● **EXERCISE INPUTS**:
***
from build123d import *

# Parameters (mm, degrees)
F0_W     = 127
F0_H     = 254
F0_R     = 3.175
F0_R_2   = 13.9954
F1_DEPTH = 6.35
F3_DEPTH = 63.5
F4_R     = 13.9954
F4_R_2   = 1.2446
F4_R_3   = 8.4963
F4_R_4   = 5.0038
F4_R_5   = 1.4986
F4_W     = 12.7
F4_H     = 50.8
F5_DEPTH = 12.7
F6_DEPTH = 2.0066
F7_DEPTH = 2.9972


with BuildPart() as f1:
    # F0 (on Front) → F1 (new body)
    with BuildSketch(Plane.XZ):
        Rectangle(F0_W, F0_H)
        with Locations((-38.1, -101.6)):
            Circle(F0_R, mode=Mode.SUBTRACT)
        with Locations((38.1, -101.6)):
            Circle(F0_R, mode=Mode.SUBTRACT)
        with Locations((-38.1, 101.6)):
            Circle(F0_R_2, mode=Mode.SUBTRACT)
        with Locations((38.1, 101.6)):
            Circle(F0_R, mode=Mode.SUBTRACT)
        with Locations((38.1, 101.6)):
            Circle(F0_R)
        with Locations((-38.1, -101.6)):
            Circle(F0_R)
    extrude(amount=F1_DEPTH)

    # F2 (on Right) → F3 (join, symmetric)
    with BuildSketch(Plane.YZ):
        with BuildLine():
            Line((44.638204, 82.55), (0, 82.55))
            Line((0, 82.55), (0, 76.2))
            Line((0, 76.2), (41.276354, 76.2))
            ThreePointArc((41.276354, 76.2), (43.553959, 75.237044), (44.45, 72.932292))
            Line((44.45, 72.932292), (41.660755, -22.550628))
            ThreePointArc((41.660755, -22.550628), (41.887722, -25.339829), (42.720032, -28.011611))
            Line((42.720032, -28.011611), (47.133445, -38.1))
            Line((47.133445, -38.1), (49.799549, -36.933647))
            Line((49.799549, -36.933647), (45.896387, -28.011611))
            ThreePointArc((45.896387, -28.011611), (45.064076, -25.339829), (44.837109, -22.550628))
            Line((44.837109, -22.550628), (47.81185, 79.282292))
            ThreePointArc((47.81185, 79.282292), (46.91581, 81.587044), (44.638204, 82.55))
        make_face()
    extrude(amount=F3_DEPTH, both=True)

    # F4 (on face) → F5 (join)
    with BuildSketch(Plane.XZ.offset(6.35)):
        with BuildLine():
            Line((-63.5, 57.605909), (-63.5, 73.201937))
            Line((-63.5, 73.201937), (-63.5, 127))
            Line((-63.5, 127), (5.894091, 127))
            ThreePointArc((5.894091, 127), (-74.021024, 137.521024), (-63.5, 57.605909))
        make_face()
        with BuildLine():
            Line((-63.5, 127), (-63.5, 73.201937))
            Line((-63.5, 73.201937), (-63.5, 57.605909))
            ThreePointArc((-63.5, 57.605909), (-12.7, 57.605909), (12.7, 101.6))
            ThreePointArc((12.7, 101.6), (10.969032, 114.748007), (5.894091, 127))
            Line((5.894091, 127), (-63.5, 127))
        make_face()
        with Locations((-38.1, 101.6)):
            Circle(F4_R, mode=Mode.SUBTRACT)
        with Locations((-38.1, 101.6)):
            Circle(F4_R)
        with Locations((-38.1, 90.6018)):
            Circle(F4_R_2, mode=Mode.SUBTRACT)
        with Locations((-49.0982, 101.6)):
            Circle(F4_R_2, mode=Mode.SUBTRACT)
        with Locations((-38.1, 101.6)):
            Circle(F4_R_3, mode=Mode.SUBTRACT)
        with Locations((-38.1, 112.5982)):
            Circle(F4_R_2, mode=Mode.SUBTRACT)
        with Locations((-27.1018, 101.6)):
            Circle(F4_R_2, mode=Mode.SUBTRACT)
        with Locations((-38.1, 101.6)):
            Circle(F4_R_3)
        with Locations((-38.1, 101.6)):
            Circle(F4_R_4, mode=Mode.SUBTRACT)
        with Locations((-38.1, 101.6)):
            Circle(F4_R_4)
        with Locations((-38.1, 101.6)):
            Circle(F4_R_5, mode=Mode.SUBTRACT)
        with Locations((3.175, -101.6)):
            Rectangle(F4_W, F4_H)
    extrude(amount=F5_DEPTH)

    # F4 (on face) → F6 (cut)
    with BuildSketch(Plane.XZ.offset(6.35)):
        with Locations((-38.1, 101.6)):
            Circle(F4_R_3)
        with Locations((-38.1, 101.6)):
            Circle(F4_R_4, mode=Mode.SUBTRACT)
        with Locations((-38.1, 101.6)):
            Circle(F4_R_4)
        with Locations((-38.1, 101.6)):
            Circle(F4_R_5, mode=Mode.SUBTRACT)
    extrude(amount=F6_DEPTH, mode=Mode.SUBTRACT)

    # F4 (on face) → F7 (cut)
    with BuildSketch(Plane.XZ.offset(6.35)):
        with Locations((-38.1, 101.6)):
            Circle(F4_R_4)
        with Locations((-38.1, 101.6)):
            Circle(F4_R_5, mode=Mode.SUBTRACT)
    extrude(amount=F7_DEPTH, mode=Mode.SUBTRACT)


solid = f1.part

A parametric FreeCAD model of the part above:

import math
import FreeCAD as App
import Part
import Sketcher
from FreeCAD import Vector
Q = App.Units.Quantity


def add_polygon(sketch, points):
    """Adds a closed chain of lines whose ends are joined by coincident constraints."""
    first, n = sketch.GeometryCount, len(points)
    for a, b in zip(points, points[1:] + points[:1]):
        sketch.addGeometry(Part.LineSegment(App.Vector(*a, 0), App.Vector(*b, 0)), False)
    for i in range(n):
        sketch.addConstraint(Sketcher.Constraint("Coincident", first + i, 2, first + (i + 1) % n, 1))

doc = App.newDocument("Part")
body = doc.addObject("PartDesign::Body", "Body")

# Sketch on XZ plane
sketch1 = body.newObject("Sketcher::SketchObject", "Sketch")
sketch1.AttachmentSupport = (doc.getObject("XZ_Plane"), [""])
sketch1.MapMode = "FlatFace"
add_polygon(sketch1, [(-63.5, 127), (-63.5, -127), (63.5, -127), (63.5, 127)])  # lines 0-3
sketch1.addGeometry(Part.Circle(Vector(38.1, -101.6, 0), Vector(0, 0, 1), 3.175), False)  # 4
sketch1.addGeometry(Part.Circle(Vector(-38.1, 101.6, 0), Vector(0, 0, 1), 13.9954), False)  # 5
sketch1.addConstraint(Sketcher.Constraint("Vertical", 0))
sketch1.addConstraint(Sketcher.Constraint("Horizontal", 1))
sketch1.addConstraint(Sketcher.Constraint("Vertical", 2))
sketch1.addConstraint(Sketcher.Constraint("Horizontal", 3))
sketch1.addConstraint(Sketcher.Constraint("Symmetric", 4, 3, 5, 3, -1, 1))
sketch1.addConstraint(Sketcher.Constraint("Symmetric", 0, 2, 2, 2, -1, 1))
sketch1.addConstraint(Sketcher.Constraint("Diameter", 4, Q("0.25 in")))
sketch1.addConstraint(Sketcher.Constraint("DistanceX", 1, 1, 1, 2, Q("5 in")))
sketch1.addConstraint(Sketcher.Constraint("DistanceY", 0, 2, 0, 1, Q("10 in")))
sketch1.addConstraint(Sketcher.Constraint("Diameter", 5, Q("1.102 in")))
sketch1.addConstraint(Sketcher.Constraint("DistanceY", 4, 3, -1, 1, Q("4 in")))
sketch1.addConstraint(Sketcher.Constraint("DistanceX", 5, 3, 4, 3, Q("3 in")))
pad1 = body.newObject("PartDesign::Pad", "Pad")
pad1.Profile = sketch1
pad1.Length = Q("0.25 in")

# Sketch on YZ plane
sketch2 = body.newObject("Sketcher::SketchObject", "Sketch001")
sketch2.AttachmentSupport = (doc.getObject("YZ_Plane"), [""])
sketch2.MapMode = "FlatFace"
sketch2.addGeometry(Part.LineSegment(Vector(44.638204, 82.55, 0), Vector(0, 82.55, 0)), False)
sketch2.addGeometry(Part.LineSegment(Vector(0, 82.55, 0), Vector(0, 76.2, 0)), False)
sketch2.addGeometry(Part.LineSegment(Vector(0, 76.2, 0), Vector(41.276354, 76.2, 0)), False)
sketch2.addGeometry(Part.ArcOfCircle(Part.Circle(Vector(41.276353, 73.025, 0), Vector(0, 0, 1), 3.175), math.radians(-1.673233), math.radians(89.99999)), False)
sketch2.addGeometry(Part.LineSegment(Vector(44.45, 72.932292, 0), Vector(41.660755, -22.550628, 0)), False)
sketch2.addGeometry(Part.ArcOfCircle(Part.Circle(Vector(54.355356, -22.921459, 0), Vector(0, 0, 1), 12.700016), math.radians(178.326768), math.radians(203.628128)), False)
sketch2.addGeometry(Part.LineSegment(Vector(42.720032, -28.011611, 0), Vector(47.133445, -38.1, 0)), False)
sketch2.addGeometry(Part.LineSegment(Vector(47.133445, -38.1, 0), Vector(49.799549, -36.933647, 0)), False)
sketch2.addGeometry(Part.LineSegment(Vector(49.799549, -36.933647, 0), Vector(45.896387, -28.011611, 0)), False)
sketch2.addGeometry(Part.ArcOfCircle(Part.Circle(Vector(57.531691, -22.921461, 0), Vector(0, 0, 1), 12.699997), math.radians(178.326758), math.radians(203.628157)), False)
sketch2.addGeometry(Part.LineSegment(Vector(44.837109, -22.550628, 0), Vector(47.81185, 79.282292, 0)), False)
sketch2.addGeometry(Part.ArcOfCircle(Part.Circle(Vector(44.638205, 79.375001, 0), Vector(0, 0, 1), 3.174999), math.radians(-1.673263), math.radians(90.000021)), False)
sketch2.addConstraint(Sketcher.Constraint("Coincident", 0, 2, 1, 1))
sketch2.addConstraint(Sketcher.Constraint("Coincident", 1, 2, 2, 1))
sketch2.addConstraint(Sketcher.Constraint("Tangent", 2, 2, 3, 2))
sketch2.addConstraint(Sketcher.Constraint("Tangent", 3, 1, 4, 1))
sketch2.addConstraint(Sketcher.Constraint("Tangent", 4, 2, 5, 1))
sketch2.addConstraint(Sketcher.Constraint("Tangent", 5, 2, 6, 1))
sketch2.addConstraint(Sketcher.Constraint("Coincident", 6, 2, 7, 1))
sketch2.addConstraint(Sketcher.Constraint("Coincident", 7, 2, 8, 1))
sketch2.addConstraint(Sketcher.Constraint("Tangent", 8, 2, 9, 2))
sketch2.addConstraint(Sketcher.Constraint("Tangent", 9, 1, 10, 1))
sketch2.addConstraint(Sketcher.Constraint("Tangent", 10, 2, 11, 1))
sketch2.addConstraint(Sketcher.Constraint("Tangent", 11, 2, 0, 1))
sketch2.addConstraint(Sketcher.Constraint("Horizontal", 0))
sketch2.addConstraint(Sketcher.Constraint("Vertical", 1))
sketch2.addConstraint(Sketcher.Constraint("Horizontal", 2))
sketch2.addConstraint(Sketcher.Constraint("Equal", 3, 11))
sketch2.addConstraint(Sketcher.Constraint("PointOnObject", 0, 2, -2))
sketch2.addConstraint(Sketcher.Constraint("Perpendicular", 6, 7))
sketch2.addConstraint(Sketcher.Constraint("Perpendicular", 7, 8))
sketch2.addConstraint(Sketcher.Constraint("Parallel", 4, 10))
sketch2.addConstraint(Sketcher.Constraint("Horizontal", 5, 3, 9, 3))
sketch2.addConstraint(Sketcher.Constraint("Horizontal", 5, 2, 8, 2))
sketch2.addConstraint(Sketcher.Constraint("Radius", 9, Q("0.4999999 in")))
sketch2.addConstraint(Sketcher.Constraint("DistanceY", -1, 1, 1, 2, Q("3 in")))
sketch2.addConstraint(Sketcher.Constraint("Radius", 3, Q("0.125 in")))
sketch2.addConstraint(Sketcher.Constraint("DistanceY", 1, 2, 1, 1, Q("0.25 in")))
sketch2.addConstraint(Sketcher.Constraint("DistanceY", 6, 2, -1, 1, Q("1.5 in")))
sketch2.addConstraint(Sketcher.Constraint("DistanceX", -1, 1, 3, 1, Q("1.75 in")))
sketch2.addConstraint(Sketcher.Constraint("DistanceX", 3, 3, 4, 2, 0.384402))
sketch2.addConstraint(Sketcher.Constraint("Distance", 4, 95.523651))
sketch2.addConstraint(Sketcher.Constraint("Distance", 6, 11.011531))
sketch2.addConstraint(Sketcher.Constraint("Distance", 8, 9.73845))
pad2 = body.newObject("PartDesign::Pad", "Pad001")
pad2.Profile = sketch2
pad2.Length = Q("5 in")
pad2.Midplane = True

# Sketch on XZ plane
sketch3 = body.newObject("Sketcher::SketchObject", "Sketch002")
sketch3.AttachmentSupport = (doc.getObject("XZ_Plane"), [""])
sketch3.MapMode = "FlatFace"
sketch3.AttachmentOffset = App.Placement(Vector(0, 0, 0.25 * 25.4), App.Rotation())
sketch3.addGeometry(Part.ArcOfCircle(Part.Circle(Vector(-38.099999, 101.599999, 0), Vector(0, 0, 1), 50.8), math.radians(30.000001), math.radians(239.999999)), False)  # 0
sketch3.addGeometry(Part.ArcOfCircle(Part.Circle(Vector(-38.1, 101.6, 0), Vector(0, 0, 1), 50.8), math.radians(-120), math.radians(0.000001)), False)  # 1
sketch3.addGeometry(Part.ArcOfCircle(Part.Circle(Vector(-38.100009, 101.599998, 0), Vector(0, 0, 1), 50.800009), math.radians(0.000002), math.radians(29.999996)), False)  # 2
sketch3.addGeometry(Part.Circle(Vector(-38.1, 90.6018, 0), Vector(0, 0, 1), 1.2446), False)  # 3
sketch3.addGeometry(Part.Circle(Vector(-49.0982, 101.6, 0), Vector(0, 0, 1), 1.2446), False)  # 4
sketch3.addGeometry(Part.Circle(Vector(-38.1, 101.6, 0), Vector(0, 0, 1), 1.4986), False)  # 5
sketch3.addGeometry(Part.Circle(Vector(-27.1018, 101.6, 0), Vector(0, 0, 1), 1.2446), False)  # 6
sketch3.addGeometry(Part.Circle(Vector(-38.1, 112.5982, 0), Vector(0, 0, 1), 1.2446), False)  # 7
add_polygon(sketch3, [(-3.175, -76.2), (-3.175, -127), (9.525, -127), (9.525, -76.2)])  # lines 8-11
sketch3.addConstraint(Sketcher.Constraint("Tangent", 0, 2, 1, 1))
sketch3.addConstraint(Sketcher.Constraint("Tangent", 1, 2, 2, 1))
sketch3.addConstraint(Sketcher.Constraint("Tangent", 2, 2, 0, 1))
sketch3.addConstraint(Sketcher.Constraint("Vertical", 8))
sketch3.addConstraint(Sketcher.Constraint("Horizontal", 9))
sketch3.addConstraint(Sketcher.Constraint("Vertical", 10))
sketch3.addConstraint(Sketcher.Constraint("Horizontal", 11))
sketch3.addConstraint(Sketcher.Constraint("Coincident", 5, 3, 0, 3))
sketch3.addConstraint(Sketcher.Constraint("Equal", 3, 4))
sketch3.addConstraint(Sketcher.Constraint("Equal", 4, 6))
sketch3.addConstraint(Sketcher.Constraint("Equal", 6, 7))
sketch3.addConstraint(Sketcher.Constraint("Horizontal", 2, 3, 4, 3))
sketch3.addConstraint(Sketcher.Constraint("Horizontal", 5, 3, 6, 3))
sketch3.addConstraint(Sketcher.Constraint("Horizontal", 6, 3, 1, 2))
sketch3.addConstraint(Sketcher.Constraint("Vertical", 1, 3, 3, 3))
sketch3.addConstraint(Sketcher.Constraint("Vertical", 5, 3, 7, 3))
sketch3.addConstraint(Sketcher.Constraint("Radius", 0, Q("2 in")))
sketch3.addConstraint(Sketcher.Constraint("DistanceY", 8, 2, 8, 1, Q("2 in")))
sketch3.addConstraint(Sketcher.Constraint("Diameter", 3, Q("0.098 in")))
sketch3.addConstraint(Sketcher.Constraint("Diameter", 5, Q("0.118 in")))
sketch3.addConstraint(Sketcher.Constraint("DistanceX", 9, 1, 9, 2, Q("0.5 in")))
sketch3.addConstraint(Sketcher.Constraint("DistanceY", -1, 1, 0, 3, Q("4 in")))
sketch3.addConstraint(Sketcher.Constraint("DistanceY", -1, 1, 2, 2, Q("5 in")))
sketch3.addConstraint(Sketcher.Constraint("DistanceY", 8, 2, -1, 1, Q("5 in")))
sketch3.addConstraint(Sketcher.Constraint("DistanceX", 0, 2, 3, 3, Q("1 in")))
sketch3.addConstraint(Sketcher.Constraint("DistanceX", 0, 3, -1, 1, Q("1.5 in")))
sketch3.addConstraint(Sketcher.Constraint("DistanceY", -1, 1, 3, 3, Q("3.567 in")))
sketch3.addConstraint(Sketcher.Constraint("DistanceX", 4, 3, -1, 1, Q("1.933 in")))
sketch3.addConstraint(Sketcher.Constraint("DistanceX", 6, 3, -1, 1, Q("1.067 in")))
sketch3.addConstraint(Sketcher.Constraint("DistanceY", -1, 1, 7, 3, Q("4.433 in")))
sketch3.addConstraint(Sketcher.Constraint("DistanceX", 8, 2, -1, 1, Q("0.125 in")))
pad3 = body.newObject("PartDesign::Pad", "Pad002")
pad3.Profile = sketch3
pad3.Length = Q("0.5 in")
***
● **TRY IT**:
Each line from the material above that mentions the word "extrude" needs to be copied.

● **FINAL ANSWER**:
    extrude(amount=F1_DEPTH)
    extrude(amount=F3_DEPTH, both=True)
    extrude(amount=F5_DEPTH)
    extrude(amount=F6_DEPTH, mode=Mode.SUBTRACT)
    extrude(amount=F7_DEPTH, mode=Mode.SUBTRACT)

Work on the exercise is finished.